Just to learn, I made a small script in Python that will find out what are the most used words in a book or piece of text. It has special support for most gutenberg files, it can read the title of the book and exclude the licence (above and bellow the book content) from the counting.
The usage is simple:
Usage:
-i[arg], –input[arg] : The input to get the content from (URL, localfile, raw text). Special support for Gutenberg books (with the licence removed, and module can be extended to read book title.)
-h, –help : Displays this help screen
-o[arg], –output[arg] : The file to output the csv file to. Note: This should end with .csv.
-c, –common : This removes the common words in the final statistics. Support for customization of the common word list later.
This uses Mark Pilgrim’s openAnything module (since I know how it works, I don’t think it would really help if I coded it myself). It also contains a script called mergecsv which merges statistics for two books by adding the count of the words.

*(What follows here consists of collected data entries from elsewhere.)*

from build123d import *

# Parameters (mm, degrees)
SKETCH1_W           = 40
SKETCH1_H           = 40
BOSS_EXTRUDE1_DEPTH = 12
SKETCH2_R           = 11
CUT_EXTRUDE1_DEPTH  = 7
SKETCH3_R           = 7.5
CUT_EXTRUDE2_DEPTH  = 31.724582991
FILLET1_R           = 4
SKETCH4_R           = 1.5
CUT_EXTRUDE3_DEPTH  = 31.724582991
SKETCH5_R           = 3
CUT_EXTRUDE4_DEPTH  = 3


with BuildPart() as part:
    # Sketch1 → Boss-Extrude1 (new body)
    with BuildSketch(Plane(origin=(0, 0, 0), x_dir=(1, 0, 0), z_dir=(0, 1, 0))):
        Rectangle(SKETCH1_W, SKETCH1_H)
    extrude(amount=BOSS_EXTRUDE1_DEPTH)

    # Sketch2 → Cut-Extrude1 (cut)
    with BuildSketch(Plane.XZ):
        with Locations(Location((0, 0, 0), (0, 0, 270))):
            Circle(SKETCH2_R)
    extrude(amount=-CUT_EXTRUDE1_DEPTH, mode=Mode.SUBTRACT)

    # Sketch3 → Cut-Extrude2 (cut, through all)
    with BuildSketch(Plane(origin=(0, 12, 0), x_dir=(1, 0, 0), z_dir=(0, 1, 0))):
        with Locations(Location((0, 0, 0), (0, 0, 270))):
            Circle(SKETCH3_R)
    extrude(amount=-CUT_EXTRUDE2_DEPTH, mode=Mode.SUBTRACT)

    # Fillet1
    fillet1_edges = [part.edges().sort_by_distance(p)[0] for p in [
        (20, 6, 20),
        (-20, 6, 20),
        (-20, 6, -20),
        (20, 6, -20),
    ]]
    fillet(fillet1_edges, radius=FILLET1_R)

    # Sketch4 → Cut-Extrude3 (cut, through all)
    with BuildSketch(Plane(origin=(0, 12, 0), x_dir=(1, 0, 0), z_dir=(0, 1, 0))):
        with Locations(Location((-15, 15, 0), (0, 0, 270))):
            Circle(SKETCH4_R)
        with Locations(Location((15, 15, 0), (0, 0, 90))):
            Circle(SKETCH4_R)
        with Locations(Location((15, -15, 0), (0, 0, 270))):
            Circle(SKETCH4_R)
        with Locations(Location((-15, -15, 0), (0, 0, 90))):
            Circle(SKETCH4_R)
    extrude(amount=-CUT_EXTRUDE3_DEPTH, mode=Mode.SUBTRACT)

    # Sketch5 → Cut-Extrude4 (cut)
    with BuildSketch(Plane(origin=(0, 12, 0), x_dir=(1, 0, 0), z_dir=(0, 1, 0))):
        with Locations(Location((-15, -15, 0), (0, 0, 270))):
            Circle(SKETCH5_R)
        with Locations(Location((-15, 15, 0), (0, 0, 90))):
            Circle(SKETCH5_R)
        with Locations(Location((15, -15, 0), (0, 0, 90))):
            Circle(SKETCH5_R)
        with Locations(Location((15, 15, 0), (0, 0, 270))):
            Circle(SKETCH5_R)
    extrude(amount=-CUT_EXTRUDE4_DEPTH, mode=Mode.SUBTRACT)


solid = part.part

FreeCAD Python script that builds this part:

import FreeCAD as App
import Part
import Sketcher


def edges_at(feature, points):
    """Names of the edges that pass closest to the given points."""
    edges = feature.Shape.Edges
    near = lambda p: min(range(len(edges)), key=lambda i: edges[i].distToShape(Part.Vertex(*p))[0])
    return sorted({f"Edge{near(p) + 1}" for p in points})


def add_polygon(sketch, points):
    """Adds a closed chain of lines whose ends are joined by coincident constraints."""
    first, n = sketch.GeometryCount, len(points)
    for a, b in zip(points, points[1:] + points[:1]):
        sketch.addGeometry(Part.LineSegment(App.Vector(*a, 0), App.Vector(*b, 0)), False)
    for i in range(n):
        sketch.addConstraint(Sketcher.Constraint("Coincident", first + i, 2, first + (i + 1) % n, 1))

doc = App.newDocument("Part")
body = doc.addObject("PartDesign::Body", "Body")

sketch1 = body.newObject("Sketcher::SketchObject", "Sketch")
sketch1.AttachmentSupport = (doc.getObject("XZ_Plane"), [""])
sketch1.MapMode = "FlatFace"
add_polygon(sketch1, [(-20, -20), (-20, 20), (20, 20), (20, -20)])
sketch1.addConstraint(Sketcher.Constraint("Vertical", 0))
sketch1.addConstraint(Sketcher.Constraint("Horizontal", 1))
sketch1.addConstraint(Sketcher.Constraint("Vertical", 2))
sketch1.addConstraint(Sketcher.Constraint("Horizontal", 3))
sketch1.addConstraint(Sketcher.Constraint("Symmetric", 0, 2, 2, 2, -1, 1))
sketch1.addConstraint(Sketcher.Constraint("Equal", 3, 0))
sketch1.addConstraint(Sketcher.Constraint("DistanceX", 1, 1, 1, 2, 40.0))
pad1 = body.newObject("PartDesign::Pad", "Pad")
pad1.Profile = sketch1
pad1.Length = 12
pad1.Reversed = True

sketch2 = body.newObject("Sketcher::SketchObject", "Sketch001")
sketch2.AttachmentSupport = (doc.getObject("XZ_Plane"), [""])
sketch2.MapMode = "FlatFace"
sketch2.addGeometry(Part.Circle(App.Vector(0, 0, 0), App.Vector(0, 0, 1), 11), False)
sketch2.addConstraint(Sketcher.Constraint("Coincident", 0, 3, -1, 1))
sketch2.addConstraint(Sketcher.Constraint("Diameter", 0, 22.0))
pocket1 = body.newObject("PartDesign::Pocket", "Pocket")
pocket1.Profile = sketch2
pocket1.Length = 7

sketch3 = body.newObject("Sketcher::SketchObject", "Sketch002")
sketch3.AttachmentSupport = (doc.getObject("XZ_Plane"), [""])
sketch3.MapMode = "FlatFace"
sketch3.AttachmentOffset = App.Placement(App.Vector(0, 0, -12), App.Rotation())
sketch3.addGeometry(Part.Circle(App.Vector(0, 0, 0), App.Vector(0, 0, 1), 8), False)
sketch3.addConstraint(Sketcher.Constraint("Coincident", 0, 3, -1, 1))
sketch3.addConstraint(Sketcher.Constraint("Diameter", 0, 15.0))
pocket2 = body.newObject("PartDesign::Pocket", "Pocket001")
pocket2.Profile = sketch3
pocket2.Type = "ThroughAll"
pocket2.Reversed = True
doc.recompute()

fillet = body.newObject("PartDesign::Fillet", "Fillet")
fillet.Base = (pocket2, edges_at(pocket2, [
    (20, 6, 20),
    (-20, 6, 20),
    (-20, 6, -20),
    (20, 6, -20),
]))
fillet.Radius = 4

sketch4 = body.newObject("Sketcher::SketchObject", "Sketch003")
sketch4.AttachmentSupport = (doc.getObject("XZ_Plane"), [""])
sketch4.MapMode = "FlatFace"
sketch4.AttachmentOffset = App.Placement(App.Vector(0, 0, -12), App.Rotation())
sketch4.addGeometry(Part.Circle(App.Vector(-15, -15, 0), App.Vector(0, 0, 1), 1.5), False)
sketch4.addGeometry(Part.Circle(App.Vector(15, -15, 0), App.Vector(0, 0, 1), 1.5), False)
sketch4.addGeometry(Part.Circle(App.Vector(15, 15, 0), App.Vector(0, 0, 1), 1.5), False)
sketch4.addGeometry(Part.Circle(App.Vector(-15, 15, 0), App.Vector(0, 0, 1), 1.5), False)
sketch4.addConstraint(Sketcher.Constraint("Equal", 0, 1))
sketch4.addConstraint(Sketcher.Constraint("Equal", 1, 2))
sketch4.addConstraint(Sketcher.Constraint("Equal", 2, 3))
sketch4.addConstraint(Sketcher.Constraint("Symmetric", 0, 3, 2, 3, -1, 1))
sketch4.addConstraint(Sketcher.Constraint("Symmetric", 1, 3, 3, 3, -1, 1))
sketch4.addConstraint(Sketcher.Constraint("Symmetric", 0, 3, 1, 3, -2))
sketch4.addConstraint(Sketcher.Constraint("Diameter", 0, 3.0))
sketch4.addConstraint(Sketcher.Constraint("DistanceX", 0, 3, -1, 1, 15.0))
sketch4.addConstraint(Sketcher.Constraint("DistanceY", 0, 3, -1, 1, 15.0))
pocket3 = body.newObject("PartDesign::Pocket", "Pocket002")
pocket3.Profile = sketch4
pocket3.Type = "ThroughAll"
pocket3.Reversed = True

sketch5 = body.newObject("Sketcher::SketchObject", "Sketch004")
sketch5.AttachmentSupport = (doc.getObject("XZ_Plane"), [""])
sketch5.MapMode = "FlatFace"
sketch5.AttachmentOffset = App.Placement(App.Vector(0, 0, -12), App.Rotation())
sketch5.addGeometry(Part.Circle(App.Vector(-15, 15, 0), App.Vector(0, 0, 1), 3), False)
sketch5.addGeometry(Part.Circle(App.Vector(-15, -15, 0), App.Vector(0, 0, 1), 3), False)
sketch5.addGeometry(Part.Circle(App.Vector(15, 15, 0), App.Vector(0, 0, 1), 3), False)
sketch5.addGeometry(Part.Circle(App.Vector(15, -15, 0), App.Vector(0, 0, 1), 3), False)
sketch5.addConstraint(Sketcher.Constraint("Equal", 0, 1))
sketch5.addConstraint(Sketcher.Constraint("Equal", 1, 2))
sketch5.addConstraint(Sketcher.Constraint("Equal", 2, 3))
sketch5.addConstraint(Sketcher.Constraint("Symmetric", 1, 3, 2, 3, -1, 1))
sketch5.addConstraint(Sketcher.Constraint("Symmetric", 0, 3, 3, 3, -1, 1))
sketch5.addConstraint(Sketcher.Constraint("Symmetric", 0, 3, 2, 3, -2))
sketch5.addConstraint(Sketcher.Constraint("Diameter", 0, 6.0))
sketch5.addConstraint(Sketcher.Constraint("DistanceX", 0, 3, -1, 1, 15.0))
sketch5.addConstraint(Sketcher.Constraint("DistanceY", -1, 1, 0, 3, 15.0))
pocket4 = body.newObject("PartDesign::Pocket", "Pocket003")
pocket4.Profile = sketch5
pocket4.Length = 3
pocket4.Reversed = True

doc.recompute()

Download (with openAnything, mergecsv, common.txt, unittest (booktest.py, sample book of Alice in Wonderland and Sherlock Holmes): book.tar.gz
Highlighted Source:
It doesn’t parse Gutenberg E-texts, but it does parse Gutenberg E-Books. (Difference being the way the start and end of the book is indicated). I don’t want to do this, because it’s almost the same thing, and the purpose of this is only to learn.
Feedback welcome!